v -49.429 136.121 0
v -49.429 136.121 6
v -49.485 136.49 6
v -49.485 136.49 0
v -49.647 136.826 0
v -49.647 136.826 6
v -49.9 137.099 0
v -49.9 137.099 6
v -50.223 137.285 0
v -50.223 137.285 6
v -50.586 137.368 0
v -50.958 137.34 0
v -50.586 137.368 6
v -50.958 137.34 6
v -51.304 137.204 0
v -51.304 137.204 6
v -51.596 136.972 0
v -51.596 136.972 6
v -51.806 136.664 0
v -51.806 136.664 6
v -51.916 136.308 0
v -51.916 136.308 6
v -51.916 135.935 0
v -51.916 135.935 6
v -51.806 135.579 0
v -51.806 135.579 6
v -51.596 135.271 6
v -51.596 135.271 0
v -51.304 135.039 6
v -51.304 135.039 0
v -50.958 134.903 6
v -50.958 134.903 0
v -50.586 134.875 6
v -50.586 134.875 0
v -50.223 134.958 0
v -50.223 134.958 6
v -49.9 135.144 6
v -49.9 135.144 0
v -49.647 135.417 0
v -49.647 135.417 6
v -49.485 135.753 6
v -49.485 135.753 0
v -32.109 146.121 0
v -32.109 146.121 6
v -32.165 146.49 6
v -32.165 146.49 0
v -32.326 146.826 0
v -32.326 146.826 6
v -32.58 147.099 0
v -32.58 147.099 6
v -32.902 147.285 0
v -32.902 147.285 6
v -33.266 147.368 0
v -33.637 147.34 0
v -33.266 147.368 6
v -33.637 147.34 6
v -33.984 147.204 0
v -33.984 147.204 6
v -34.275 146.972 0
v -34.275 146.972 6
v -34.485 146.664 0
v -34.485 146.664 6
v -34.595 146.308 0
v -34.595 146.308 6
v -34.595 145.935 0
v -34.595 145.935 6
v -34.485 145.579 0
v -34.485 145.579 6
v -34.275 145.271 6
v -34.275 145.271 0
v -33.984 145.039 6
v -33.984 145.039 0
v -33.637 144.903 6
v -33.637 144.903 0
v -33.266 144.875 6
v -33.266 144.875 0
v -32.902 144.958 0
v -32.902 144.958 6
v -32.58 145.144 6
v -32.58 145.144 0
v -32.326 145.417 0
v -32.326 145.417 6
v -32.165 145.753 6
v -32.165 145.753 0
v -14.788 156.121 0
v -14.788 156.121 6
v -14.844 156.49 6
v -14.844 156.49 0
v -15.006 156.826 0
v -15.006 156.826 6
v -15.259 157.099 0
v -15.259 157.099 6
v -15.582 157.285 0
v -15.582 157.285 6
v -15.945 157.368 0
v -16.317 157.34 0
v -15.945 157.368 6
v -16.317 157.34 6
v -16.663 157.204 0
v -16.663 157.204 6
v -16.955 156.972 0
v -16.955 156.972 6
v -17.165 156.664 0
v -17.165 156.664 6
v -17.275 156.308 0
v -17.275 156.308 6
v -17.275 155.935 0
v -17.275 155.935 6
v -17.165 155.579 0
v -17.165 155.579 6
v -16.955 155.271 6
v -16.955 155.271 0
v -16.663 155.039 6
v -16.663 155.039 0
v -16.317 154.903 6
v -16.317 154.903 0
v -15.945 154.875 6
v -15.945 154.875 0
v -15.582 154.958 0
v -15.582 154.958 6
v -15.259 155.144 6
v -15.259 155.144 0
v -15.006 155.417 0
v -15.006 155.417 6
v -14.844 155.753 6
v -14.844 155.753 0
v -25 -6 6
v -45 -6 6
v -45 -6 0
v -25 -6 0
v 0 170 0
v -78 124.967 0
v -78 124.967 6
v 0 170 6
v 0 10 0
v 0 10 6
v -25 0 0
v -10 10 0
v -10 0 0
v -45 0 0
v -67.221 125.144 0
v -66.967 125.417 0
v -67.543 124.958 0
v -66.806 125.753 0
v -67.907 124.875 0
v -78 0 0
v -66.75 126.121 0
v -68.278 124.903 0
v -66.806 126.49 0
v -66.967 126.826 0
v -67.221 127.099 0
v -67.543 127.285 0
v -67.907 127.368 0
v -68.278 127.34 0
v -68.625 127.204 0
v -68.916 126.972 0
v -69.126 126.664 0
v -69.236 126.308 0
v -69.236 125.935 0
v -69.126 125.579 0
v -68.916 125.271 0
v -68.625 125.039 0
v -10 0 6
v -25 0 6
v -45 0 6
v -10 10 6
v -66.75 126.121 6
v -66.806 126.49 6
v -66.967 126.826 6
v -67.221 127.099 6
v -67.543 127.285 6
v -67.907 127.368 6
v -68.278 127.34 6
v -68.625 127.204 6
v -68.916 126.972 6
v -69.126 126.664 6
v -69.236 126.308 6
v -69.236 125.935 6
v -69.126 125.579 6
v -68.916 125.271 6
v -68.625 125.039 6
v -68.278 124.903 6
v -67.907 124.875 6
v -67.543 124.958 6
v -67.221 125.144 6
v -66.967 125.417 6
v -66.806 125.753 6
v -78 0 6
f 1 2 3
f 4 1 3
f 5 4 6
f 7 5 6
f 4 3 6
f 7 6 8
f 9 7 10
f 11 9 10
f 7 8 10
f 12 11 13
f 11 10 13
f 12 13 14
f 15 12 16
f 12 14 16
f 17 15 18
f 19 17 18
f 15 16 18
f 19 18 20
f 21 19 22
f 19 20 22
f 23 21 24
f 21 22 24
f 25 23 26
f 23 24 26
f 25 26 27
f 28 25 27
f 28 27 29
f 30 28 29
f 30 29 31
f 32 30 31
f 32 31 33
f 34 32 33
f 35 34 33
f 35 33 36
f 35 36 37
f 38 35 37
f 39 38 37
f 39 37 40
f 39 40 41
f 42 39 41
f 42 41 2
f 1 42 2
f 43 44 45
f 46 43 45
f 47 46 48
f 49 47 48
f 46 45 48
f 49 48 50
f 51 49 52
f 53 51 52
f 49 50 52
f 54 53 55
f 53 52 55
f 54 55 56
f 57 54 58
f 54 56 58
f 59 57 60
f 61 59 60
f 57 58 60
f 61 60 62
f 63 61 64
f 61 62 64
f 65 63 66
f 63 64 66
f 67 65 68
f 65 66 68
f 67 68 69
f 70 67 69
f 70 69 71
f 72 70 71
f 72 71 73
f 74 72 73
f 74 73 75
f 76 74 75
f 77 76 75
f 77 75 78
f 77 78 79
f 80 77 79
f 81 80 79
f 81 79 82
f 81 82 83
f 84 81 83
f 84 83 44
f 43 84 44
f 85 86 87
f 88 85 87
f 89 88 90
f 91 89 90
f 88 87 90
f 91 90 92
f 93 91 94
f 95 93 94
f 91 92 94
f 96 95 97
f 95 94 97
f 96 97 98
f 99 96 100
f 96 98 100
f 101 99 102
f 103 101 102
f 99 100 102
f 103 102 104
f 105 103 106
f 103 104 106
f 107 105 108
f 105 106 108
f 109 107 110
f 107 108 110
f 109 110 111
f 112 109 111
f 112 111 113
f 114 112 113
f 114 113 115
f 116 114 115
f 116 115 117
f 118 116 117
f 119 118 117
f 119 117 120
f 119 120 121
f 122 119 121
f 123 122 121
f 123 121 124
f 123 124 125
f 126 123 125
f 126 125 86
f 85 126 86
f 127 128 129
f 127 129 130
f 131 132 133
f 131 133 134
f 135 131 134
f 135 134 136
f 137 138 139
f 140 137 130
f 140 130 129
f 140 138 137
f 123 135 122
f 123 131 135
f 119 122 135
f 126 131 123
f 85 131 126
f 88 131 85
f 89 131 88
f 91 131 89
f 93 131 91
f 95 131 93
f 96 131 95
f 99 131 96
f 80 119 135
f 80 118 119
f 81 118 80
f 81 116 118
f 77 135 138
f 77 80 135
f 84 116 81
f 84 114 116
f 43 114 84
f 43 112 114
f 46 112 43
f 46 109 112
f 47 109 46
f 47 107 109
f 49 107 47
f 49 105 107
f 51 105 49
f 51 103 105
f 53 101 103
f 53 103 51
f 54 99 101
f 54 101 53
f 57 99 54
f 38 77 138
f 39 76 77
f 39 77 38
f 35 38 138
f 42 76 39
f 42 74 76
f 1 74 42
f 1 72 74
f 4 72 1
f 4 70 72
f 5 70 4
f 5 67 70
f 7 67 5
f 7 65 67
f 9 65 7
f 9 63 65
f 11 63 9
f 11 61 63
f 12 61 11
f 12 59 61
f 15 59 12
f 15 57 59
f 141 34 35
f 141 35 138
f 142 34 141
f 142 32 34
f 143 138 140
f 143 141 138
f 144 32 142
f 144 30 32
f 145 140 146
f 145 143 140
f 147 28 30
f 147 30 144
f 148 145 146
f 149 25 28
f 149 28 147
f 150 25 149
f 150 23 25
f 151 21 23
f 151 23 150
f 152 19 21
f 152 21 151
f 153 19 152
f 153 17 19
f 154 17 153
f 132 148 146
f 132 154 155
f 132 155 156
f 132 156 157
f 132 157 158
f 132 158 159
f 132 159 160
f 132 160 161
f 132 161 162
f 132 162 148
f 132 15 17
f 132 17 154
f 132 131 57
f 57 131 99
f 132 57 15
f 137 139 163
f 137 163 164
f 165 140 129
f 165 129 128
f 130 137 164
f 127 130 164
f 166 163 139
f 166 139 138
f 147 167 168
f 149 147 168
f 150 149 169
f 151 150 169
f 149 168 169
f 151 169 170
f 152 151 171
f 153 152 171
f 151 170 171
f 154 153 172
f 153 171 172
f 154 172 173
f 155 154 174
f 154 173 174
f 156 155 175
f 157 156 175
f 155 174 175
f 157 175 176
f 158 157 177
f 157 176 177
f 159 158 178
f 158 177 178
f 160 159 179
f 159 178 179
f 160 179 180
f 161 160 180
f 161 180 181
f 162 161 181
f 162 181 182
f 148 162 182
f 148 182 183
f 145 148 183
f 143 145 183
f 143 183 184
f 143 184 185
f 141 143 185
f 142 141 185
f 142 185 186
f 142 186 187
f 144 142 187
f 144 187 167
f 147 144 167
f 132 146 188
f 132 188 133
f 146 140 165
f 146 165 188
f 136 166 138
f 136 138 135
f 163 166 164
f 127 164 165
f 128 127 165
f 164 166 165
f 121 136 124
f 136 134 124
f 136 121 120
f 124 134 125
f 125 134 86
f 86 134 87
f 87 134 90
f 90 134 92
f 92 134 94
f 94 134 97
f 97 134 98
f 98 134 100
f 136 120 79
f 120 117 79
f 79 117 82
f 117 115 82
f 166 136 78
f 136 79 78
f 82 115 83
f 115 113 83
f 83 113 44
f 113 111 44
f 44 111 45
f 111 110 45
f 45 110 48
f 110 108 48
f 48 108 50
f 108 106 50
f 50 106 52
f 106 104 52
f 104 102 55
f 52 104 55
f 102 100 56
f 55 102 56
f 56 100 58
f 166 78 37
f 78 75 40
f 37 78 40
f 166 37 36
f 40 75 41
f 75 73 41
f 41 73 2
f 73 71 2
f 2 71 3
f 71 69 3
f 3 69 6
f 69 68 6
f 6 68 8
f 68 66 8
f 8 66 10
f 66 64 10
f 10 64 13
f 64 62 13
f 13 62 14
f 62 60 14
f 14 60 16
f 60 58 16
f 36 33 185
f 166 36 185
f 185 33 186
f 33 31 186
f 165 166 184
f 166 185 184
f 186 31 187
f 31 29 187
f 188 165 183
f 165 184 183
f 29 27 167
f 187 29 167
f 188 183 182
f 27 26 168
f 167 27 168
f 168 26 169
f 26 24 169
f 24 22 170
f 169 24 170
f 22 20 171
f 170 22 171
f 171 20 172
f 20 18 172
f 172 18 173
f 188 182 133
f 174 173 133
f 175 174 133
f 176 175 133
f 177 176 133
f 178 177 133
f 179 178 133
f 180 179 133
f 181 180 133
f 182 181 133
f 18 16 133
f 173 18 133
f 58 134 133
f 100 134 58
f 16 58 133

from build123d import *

# Parameters (mm, degrees)
BOSS_EXTRU_1_DEPTH      = 6
ESQUISSE2_R             = 1.25
ESQUISSE2_W             = 10
ESQUISSE2_H             = 10
ENL_V_MAT_EXTRU_1_DEPTH = 10
ESQUISSE4_W             = 20
ESQUISSE4_H             = 6
BOSS_EXTRU_2_DEPTH      = 6


with BuildPart() as part:
    # Esquisse1 → Boss.-Extru.1 (new body)
    with BuildSketch(Plane.XY):
        Polygon((-78, 0), (-78, 124.966679003), (0, 170), (0, 0), align=None)
    extrude(amount=BOSS_EXTRU_1_DEPTH)

    # Esquisse2 → Enlèv. mat.-Extru.1 (cut)
    with BuildSketch(Plane.XY.offset(6)):
        with Locations((-68, 126.121379542)):
            Circle(ESQUISSE2_R)
        with Locations((-50.679491924, 136.121379542)):
            Circle(ESQUISSE2_R)
        with Locations((-16.038475773, 156.121379542)):
            Circle(ESQUISSE2_R)
        with Locations((-33.358983849, 146.121379542)):
            Circle(ESQUISSE2_R)
        with Locations((-5, 5)):
            Rectangle(ESQUISSE2_W, ESQUISSE2_H)
    extrude(amount=-ENL_V_MAT_EXTRU_1_DEPTH, mode=Mode.SUBTRACT)

    # Esquisse4 → Boss.-Extru.2 (add)
    with BuildSketch(Plane.XZ):
        with Locations((-35, 3)):
            Rectangle(ESQUISSE4_W, ESQUISSE4_H)
    extrude(amount=BOSS_EXTRU_2_DEPTH)


solid = part.part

= What the exercise asks =
Your answer must be the lines above from the one containing "v -14.844 156.49 0" to the one containing "v -69.126 126.664 0", both included, restated word for word.

= Exercise solution =
v -14.844 156.49 0
v -15.006 156.826 0
v -15.006 156.826 6
v -15.259 157.099 0
v -15.259 157.099 6
v -15.582 157.285 0
v -15.582 157.285 6
v -15.945 157.368 0
v -16.317 157.34 0
v -15.945 157.368 6
v -16.317 157.34 6
v -16.663 157.204 0
v -16.663 157.204 6
v -16.955 156.972 0
v -16.955 156.972 6
v -17.165 156.664 0
v -17.165 156.664 6
v -17.275 156.308 0
v -17.275 156.308 6
v -17.275 155.935 0
v -17.275 155.935 6
v -17.165 155.579 0
v -17.165 155.579 6
v -16.955 155.271 6
v -16.955 155.271 0
v -16.663 155.039 6
v -16.663 155.039 0
v -16.317 154.903 6
v -16.317 154.903 0
v -15.945 154.875 6
v -15.945 154.875 0
v -15.582 154.958 0
v -15.582 154.958 6
v -15.259 155.144 6
v -15.259 155.144 0
v -15.006 155.417 0
v -15.006 155.417 6
v -14.844 155.753 6
v -14.844 155.753 0
v -25 -6 6
v -45 -6 6
v -45 -6 0
v -25 -6 0
v 0 170 0
v -78 124.967 0
v -78 124.967 6
v 0 170 6
v 0 10 0
v 0 10 6
v -25 0 0
v -10 10 0
v -10 0 0
v -45 0 0
v -67.221 125.144 0
v -66.967 125.417 0
v -67.543 124.958 0
v -66.806 125.753 0
v -67.907 124.875 0
v -78 0 0
v -66.75 126.121 0
v -68.278 124.903 0
v -66.806 126.49 0
v -66.967 126.826 0
v -67.221 127.099 0
v -67.543 127.285 0
v -67.907 127.368 0
v -68.278 127.34 0
v -68.625 127.204 0
v -68.916 126.972 0
v -69.126 126.664 0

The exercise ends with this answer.